++++ PROVIDED DATA
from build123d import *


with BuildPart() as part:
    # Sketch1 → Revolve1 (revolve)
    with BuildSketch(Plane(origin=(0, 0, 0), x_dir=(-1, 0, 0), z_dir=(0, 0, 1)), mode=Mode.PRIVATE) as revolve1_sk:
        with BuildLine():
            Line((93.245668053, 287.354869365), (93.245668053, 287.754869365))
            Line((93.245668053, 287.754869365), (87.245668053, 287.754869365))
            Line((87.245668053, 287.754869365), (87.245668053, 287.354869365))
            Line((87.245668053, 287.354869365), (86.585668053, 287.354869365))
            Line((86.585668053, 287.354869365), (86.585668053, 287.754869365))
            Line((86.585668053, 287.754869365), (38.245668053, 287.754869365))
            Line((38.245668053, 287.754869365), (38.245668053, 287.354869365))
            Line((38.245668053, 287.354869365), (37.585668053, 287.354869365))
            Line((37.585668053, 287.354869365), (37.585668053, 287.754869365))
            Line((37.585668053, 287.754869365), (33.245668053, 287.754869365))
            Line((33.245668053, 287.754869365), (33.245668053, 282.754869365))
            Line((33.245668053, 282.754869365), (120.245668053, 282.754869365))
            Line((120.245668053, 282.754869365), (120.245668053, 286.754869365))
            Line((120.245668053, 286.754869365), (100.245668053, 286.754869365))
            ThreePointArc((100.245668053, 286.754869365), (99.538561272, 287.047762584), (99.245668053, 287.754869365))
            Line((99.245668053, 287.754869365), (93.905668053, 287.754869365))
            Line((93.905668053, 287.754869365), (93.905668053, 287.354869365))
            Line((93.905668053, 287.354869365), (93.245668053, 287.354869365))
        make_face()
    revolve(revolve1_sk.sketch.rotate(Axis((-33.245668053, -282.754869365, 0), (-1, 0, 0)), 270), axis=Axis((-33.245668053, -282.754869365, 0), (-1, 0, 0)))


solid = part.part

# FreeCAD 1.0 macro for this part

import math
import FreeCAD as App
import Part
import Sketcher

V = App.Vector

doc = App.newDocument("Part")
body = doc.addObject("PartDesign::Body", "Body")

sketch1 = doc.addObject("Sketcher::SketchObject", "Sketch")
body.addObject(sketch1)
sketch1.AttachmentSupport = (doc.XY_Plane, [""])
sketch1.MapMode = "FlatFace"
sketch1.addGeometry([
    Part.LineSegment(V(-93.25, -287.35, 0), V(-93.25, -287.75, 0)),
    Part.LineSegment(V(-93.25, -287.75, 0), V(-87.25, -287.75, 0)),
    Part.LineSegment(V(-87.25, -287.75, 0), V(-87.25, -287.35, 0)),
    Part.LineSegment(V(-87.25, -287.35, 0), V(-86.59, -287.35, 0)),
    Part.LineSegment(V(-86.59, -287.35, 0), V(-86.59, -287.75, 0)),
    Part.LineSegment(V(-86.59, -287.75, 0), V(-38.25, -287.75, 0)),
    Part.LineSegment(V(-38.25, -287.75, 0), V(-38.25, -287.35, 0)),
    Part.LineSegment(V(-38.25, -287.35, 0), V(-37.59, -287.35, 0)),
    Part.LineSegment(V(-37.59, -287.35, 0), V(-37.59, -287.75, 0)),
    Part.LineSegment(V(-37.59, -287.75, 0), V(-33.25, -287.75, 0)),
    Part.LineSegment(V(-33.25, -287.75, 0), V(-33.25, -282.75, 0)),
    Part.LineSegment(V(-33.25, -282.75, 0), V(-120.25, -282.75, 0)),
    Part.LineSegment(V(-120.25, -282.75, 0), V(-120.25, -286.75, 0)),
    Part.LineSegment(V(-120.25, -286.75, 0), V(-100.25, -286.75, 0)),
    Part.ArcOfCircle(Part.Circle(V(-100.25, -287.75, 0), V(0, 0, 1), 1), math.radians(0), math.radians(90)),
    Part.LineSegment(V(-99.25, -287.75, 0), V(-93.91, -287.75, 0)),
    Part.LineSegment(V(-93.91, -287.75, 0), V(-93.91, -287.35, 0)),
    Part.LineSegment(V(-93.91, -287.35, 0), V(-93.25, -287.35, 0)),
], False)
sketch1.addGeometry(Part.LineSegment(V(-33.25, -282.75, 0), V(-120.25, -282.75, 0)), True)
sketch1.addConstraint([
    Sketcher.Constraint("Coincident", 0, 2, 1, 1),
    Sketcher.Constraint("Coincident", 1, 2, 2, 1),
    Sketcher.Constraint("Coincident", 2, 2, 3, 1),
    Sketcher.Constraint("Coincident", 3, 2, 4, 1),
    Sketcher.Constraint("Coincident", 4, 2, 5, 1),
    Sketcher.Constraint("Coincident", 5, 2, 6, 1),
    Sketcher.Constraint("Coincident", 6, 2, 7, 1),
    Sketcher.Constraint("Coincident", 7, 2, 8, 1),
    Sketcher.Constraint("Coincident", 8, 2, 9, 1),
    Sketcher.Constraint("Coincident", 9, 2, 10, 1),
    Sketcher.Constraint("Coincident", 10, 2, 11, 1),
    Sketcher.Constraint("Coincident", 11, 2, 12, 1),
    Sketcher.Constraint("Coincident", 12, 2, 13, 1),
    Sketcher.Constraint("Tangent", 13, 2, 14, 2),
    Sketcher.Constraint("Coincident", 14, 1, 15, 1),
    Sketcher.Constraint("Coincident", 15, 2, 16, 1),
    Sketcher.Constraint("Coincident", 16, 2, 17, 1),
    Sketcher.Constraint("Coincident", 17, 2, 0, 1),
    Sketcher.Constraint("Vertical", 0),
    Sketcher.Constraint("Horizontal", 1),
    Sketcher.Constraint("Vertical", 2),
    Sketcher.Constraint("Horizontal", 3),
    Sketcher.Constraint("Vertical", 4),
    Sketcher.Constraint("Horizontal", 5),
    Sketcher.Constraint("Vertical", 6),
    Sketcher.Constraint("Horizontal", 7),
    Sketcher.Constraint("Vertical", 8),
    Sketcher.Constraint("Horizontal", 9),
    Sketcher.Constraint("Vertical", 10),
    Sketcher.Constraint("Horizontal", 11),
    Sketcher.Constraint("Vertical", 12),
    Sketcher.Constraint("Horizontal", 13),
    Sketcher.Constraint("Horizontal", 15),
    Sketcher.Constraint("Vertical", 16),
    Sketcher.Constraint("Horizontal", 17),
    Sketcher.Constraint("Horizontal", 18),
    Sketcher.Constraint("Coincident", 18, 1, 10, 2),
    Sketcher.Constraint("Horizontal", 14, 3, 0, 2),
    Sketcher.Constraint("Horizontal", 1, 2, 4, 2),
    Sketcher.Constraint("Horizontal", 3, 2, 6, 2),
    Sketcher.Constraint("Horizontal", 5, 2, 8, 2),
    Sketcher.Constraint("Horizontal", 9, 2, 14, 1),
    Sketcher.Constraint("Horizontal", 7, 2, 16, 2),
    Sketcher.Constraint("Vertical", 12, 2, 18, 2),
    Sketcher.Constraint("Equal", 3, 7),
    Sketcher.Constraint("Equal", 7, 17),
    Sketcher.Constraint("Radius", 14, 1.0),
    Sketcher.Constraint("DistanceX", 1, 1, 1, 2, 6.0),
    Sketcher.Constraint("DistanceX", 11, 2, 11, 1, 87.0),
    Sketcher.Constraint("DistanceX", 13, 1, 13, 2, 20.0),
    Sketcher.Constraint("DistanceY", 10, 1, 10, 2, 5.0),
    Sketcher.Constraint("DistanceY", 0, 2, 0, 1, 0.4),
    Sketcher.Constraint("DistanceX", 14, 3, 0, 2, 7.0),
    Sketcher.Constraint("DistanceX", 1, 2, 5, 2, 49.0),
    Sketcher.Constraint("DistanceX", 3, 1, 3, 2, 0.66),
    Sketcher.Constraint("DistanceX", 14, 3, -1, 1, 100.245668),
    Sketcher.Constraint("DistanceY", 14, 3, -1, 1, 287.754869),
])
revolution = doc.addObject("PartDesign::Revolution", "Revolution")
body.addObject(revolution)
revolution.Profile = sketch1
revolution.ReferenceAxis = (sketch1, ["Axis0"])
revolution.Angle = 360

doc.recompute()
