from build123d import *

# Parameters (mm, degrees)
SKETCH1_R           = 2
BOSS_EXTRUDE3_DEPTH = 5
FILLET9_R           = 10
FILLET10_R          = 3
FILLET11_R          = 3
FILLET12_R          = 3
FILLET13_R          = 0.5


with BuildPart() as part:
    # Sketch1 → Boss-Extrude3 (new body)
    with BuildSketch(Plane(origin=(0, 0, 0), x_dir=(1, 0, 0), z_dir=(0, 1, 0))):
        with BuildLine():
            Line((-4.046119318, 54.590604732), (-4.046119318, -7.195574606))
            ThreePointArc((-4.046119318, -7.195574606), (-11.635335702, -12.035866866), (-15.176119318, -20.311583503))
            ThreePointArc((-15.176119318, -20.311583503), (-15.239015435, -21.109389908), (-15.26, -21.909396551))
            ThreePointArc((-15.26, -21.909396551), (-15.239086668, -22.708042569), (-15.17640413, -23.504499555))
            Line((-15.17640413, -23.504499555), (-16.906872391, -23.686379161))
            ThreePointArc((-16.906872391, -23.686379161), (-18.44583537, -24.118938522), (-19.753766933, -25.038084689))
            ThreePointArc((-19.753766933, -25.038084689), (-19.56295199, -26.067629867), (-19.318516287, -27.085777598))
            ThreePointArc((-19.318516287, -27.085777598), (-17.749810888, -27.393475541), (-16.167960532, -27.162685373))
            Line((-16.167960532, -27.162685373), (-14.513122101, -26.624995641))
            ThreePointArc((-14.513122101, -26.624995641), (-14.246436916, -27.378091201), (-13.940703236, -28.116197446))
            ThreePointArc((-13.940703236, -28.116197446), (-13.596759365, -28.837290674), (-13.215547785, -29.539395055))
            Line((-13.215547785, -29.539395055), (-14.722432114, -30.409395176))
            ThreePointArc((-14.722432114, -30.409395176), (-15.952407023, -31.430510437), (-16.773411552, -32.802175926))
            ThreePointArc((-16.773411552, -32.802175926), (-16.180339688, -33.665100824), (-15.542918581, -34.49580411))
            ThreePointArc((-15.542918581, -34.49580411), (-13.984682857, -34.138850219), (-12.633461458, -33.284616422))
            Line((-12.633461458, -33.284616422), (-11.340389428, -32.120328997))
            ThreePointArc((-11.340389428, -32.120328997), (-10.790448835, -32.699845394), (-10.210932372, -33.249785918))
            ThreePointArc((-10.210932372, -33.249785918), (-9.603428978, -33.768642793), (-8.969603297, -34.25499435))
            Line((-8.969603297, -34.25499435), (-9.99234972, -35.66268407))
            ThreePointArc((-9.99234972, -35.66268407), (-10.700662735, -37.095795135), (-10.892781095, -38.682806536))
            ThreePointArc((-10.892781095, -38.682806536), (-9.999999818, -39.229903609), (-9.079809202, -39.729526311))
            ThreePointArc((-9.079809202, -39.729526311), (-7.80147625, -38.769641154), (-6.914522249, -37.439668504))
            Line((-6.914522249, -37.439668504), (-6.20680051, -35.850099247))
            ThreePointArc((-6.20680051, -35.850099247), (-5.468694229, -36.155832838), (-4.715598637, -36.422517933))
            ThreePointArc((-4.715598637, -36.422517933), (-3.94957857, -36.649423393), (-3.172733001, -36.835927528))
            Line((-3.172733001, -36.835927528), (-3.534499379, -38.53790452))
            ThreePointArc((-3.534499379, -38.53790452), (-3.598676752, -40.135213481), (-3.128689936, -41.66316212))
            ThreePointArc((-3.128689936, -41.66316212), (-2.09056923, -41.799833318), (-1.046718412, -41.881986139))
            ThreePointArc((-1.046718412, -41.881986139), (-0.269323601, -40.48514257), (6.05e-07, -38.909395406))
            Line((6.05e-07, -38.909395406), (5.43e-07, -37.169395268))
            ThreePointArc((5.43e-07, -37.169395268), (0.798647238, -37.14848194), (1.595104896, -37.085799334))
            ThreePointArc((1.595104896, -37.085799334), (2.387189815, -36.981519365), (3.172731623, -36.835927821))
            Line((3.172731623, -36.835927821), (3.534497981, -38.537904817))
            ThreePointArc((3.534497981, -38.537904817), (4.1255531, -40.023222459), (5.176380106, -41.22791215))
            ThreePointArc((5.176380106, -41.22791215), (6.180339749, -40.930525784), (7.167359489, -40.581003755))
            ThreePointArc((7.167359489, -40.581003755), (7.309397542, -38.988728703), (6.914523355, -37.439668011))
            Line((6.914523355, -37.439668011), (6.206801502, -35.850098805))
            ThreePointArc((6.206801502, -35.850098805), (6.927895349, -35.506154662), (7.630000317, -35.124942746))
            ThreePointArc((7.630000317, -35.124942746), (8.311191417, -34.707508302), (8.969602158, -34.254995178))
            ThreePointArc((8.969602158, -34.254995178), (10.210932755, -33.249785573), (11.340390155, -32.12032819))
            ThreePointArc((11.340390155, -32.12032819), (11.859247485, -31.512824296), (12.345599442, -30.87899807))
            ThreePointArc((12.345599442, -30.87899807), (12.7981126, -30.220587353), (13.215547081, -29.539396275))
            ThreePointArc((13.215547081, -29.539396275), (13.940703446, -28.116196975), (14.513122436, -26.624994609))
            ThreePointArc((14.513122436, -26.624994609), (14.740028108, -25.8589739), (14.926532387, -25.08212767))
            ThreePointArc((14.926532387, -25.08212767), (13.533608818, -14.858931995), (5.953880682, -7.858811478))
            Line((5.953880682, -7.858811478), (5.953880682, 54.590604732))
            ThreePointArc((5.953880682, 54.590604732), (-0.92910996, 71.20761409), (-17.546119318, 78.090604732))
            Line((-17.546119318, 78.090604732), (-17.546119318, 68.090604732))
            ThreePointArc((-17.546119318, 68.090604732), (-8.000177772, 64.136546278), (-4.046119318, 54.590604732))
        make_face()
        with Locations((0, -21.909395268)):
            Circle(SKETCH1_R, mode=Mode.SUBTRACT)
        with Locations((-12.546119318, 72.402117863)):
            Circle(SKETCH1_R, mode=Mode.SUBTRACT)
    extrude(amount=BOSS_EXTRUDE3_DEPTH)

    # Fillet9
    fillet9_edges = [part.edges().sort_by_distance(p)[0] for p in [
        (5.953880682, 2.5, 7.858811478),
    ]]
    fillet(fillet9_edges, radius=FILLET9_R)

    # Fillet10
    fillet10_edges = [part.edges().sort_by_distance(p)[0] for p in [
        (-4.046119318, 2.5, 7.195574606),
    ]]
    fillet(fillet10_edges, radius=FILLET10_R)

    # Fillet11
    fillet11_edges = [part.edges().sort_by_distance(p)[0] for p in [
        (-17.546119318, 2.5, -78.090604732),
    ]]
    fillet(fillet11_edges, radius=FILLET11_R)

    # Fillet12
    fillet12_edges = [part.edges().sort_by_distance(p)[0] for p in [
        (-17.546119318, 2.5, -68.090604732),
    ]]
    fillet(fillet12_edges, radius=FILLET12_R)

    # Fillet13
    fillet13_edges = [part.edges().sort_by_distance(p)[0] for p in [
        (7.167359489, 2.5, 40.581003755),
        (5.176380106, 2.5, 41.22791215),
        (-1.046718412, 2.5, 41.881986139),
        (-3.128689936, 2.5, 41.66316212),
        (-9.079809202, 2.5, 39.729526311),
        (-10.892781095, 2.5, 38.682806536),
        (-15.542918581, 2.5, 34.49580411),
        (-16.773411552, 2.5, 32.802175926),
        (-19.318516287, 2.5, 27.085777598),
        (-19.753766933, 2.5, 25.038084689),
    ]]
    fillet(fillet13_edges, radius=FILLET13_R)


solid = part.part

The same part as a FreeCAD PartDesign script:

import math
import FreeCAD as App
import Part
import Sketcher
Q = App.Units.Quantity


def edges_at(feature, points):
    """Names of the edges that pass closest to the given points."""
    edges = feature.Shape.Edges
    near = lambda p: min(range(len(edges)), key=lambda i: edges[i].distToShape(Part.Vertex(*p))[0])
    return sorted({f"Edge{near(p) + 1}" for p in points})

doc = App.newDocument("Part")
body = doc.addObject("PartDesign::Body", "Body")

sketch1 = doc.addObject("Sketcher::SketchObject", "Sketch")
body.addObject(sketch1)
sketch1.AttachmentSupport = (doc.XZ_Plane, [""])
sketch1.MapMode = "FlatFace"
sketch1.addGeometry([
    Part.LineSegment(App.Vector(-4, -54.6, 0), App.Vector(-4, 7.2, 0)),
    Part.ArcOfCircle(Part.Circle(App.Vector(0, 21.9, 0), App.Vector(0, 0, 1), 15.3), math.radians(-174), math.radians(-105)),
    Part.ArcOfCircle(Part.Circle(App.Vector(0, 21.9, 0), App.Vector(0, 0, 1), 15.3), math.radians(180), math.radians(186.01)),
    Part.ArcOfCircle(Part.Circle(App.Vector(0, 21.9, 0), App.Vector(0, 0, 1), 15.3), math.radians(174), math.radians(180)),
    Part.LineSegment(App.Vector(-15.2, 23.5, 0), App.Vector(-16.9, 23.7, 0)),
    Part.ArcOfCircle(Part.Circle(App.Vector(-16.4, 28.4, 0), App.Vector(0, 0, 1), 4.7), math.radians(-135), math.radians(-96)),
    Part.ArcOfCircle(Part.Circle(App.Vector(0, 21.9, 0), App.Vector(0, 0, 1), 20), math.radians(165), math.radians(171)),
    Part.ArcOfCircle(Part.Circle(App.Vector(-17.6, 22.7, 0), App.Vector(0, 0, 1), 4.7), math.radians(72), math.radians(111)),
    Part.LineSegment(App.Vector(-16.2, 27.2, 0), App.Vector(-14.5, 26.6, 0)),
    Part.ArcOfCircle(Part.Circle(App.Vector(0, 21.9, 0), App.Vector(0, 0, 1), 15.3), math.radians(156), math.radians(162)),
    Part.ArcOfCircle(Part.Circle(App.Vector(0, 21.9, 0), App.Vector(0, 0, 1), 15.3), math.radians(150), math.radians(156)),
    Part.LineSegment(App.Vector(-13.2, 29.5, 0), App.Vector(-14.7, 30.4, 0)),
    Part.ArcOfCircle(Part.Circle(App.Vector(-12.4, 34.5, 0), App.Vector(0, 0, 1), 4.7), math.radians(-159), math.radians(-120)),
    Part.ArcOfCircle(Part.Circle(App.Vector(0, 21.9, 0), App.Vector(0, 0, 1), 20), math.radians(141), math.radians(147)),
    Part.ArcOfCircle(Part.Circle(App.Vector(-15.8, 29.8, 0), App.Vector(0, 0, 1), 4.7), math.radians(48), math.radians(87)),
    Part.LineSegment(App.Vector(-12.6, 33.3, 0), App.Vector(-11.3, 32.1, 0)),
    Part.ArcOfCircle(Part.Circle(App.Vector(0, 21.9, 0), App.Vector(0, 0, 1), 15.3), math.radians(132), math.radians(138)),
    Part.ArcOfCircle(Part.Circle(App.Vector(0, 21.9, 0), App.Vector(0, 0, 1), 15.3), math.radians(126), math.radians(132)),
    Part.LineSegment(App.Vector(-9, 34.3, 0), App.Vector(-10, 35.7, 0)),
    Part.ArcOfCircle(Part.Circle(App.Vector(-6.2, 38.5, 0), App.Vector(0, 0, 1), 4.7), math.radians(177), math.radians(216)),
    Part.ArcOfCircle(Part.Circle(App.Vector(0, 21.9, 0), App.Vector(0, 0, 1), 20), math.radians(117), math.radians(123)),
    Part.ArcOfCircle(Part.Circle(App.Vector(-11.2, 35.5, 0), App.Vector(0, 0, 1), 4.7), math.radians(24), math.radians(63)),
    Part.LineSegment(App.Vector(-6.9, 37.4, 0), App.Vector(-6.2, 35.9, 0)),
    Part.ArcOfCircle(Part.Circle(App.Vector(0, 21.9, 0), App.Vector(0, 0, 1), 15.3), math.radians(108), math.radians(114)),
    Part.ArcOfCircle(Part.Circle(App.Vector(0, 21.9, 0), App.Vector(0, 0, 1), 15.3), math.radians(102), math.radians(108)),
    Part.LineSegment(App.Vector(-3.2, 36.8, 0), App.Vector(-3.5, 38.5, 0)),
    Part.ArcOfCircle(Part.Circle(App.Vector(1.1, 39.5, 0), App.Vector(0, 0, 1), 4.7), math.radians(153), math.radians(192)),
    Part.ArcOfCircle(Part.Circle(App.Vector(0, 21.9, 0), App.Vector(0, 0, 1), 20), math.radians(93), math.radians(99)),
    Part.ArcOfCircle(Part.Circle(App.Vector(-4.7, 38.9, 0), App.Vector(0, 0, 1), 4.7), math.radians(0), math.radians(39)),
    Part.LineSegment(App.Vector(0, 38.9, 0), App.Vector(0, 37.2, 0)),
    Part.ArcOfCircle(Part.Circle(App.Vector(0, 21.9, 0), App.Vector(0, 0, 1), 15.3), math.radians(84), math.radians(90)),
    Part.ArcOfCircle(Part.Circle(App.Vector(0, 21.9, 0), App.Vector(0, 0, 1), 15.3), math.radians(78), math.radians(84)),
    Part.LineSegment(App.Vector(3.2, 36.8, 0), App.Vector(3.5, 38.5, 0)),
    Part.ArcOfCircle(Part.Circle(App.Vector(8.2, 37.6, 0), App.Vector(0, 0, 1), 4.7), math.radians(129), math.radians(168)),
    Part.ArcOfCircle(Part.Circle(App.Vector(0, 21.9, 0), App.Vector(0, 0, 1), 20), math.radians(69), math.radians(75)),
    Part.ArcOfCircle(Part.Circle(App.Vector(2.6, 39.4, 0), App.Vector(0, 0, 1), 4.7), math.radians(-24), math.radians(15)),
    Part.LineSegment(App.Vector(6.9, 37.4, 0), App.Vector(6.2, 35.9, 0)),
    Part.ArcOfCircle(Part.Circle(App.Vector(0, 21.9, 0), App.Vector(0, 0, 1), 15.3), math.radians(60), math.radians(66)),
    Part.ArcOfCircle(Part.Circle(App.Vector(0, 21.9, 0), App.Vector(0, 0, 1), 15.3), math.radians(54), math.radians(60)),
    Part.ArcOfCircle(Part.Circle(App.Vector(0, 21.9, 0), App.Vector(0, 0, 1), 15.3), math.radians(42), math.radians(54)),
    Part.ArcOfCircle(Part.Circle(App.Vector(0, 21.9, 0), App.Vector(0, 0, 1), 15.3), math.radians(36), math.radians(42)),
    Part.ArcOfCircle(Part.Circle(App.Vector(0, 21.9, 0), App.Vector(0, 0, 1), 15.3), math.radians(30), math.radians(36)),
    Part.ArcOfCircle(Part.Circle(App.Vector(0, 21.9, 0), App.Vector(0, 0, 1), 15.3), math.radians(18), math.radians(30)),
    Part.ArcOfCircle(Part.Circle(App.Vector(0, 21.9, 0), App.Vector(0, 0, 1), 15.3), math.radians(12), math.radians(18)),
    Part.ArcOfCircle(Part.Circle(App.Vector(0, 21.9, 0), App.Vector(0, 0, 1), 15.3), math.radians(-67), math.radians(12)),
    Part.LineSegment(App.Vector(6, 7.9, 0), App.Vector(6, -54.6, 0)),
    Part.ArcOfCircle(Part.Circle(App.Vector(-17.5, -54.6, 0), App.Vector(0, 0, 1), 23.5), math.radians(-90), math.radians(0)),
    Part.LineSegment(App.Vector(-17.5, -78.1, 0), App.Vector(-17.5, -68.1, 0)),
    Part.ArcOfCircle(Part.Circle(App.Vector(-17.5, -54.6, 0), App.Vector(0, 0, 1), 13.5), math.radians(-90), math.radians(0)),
++++++++
Give the exact lines, and only those, from the line containing "fillet9_edges = [part.edges().sort_by_distance(p)[0]" through the line containing "The same part" in the entries above.

_SOLUTION TO THE EXERCISE_
    fillet9_edges = [part.edges().sort_by_distance(p)[0] for p in [
        (5.953880682, 2.5, 7.858811478),
    ]]
    fillet(fillet9_edges, radius=FILLET9_R)

    # Fillet10
    fillet10_edges = [part.edges().sort_by_distance(p)[0] for p in [
        (-4.046119318, 2.5, 7.195574606),
    ]]
    fillet(fillet10_edges, radius=FILLET10_R)

    # Fillet11
    fillet11_edges = [part.edges().sort_by_distance(p)[0] for p in [
        (-17.546119318, 2.5, -78.090604732),
    ]]
    fillet(fillet11_edges, radius=FILLET11_R)

    # Fillet12
    fillet12_edges = [part.edges().sort_by_distance(p)[0] for p in [
        (-17.546119318, 2.5, -68.090604732),
    ]]
    fillet(fillet12_edges, radius=FILLET12_R)

    # Fillet13
    fillet13_edges = [part.edges().sort_by_distance(p)[0] for p in [
        (7.167359489, 2.5, 40.581003755),
        (5.176380106, 2.5, 41.22791215),
        (-1.046718412, 2.5, 41.881986139),
        (-3.128689936, 2.5, 41.66316212),
        (-9.079809202, 2.5, 39.729526311),
        (-10.892781095, 2.5, 38.682806536),
        (-15.542918581, 2.5, 34.49580411),
        (-16.773411552, 2.5, 32.802175926),
        (-19.318516287, 2.5, 27.085777598),
        (-19.753766933, 2.5, 25.038084689),
    ]]
    fillet(fillet13_edges, radius=FILLET13_R)


solid = part.part

The same part as a FreeCAD PartDesign script:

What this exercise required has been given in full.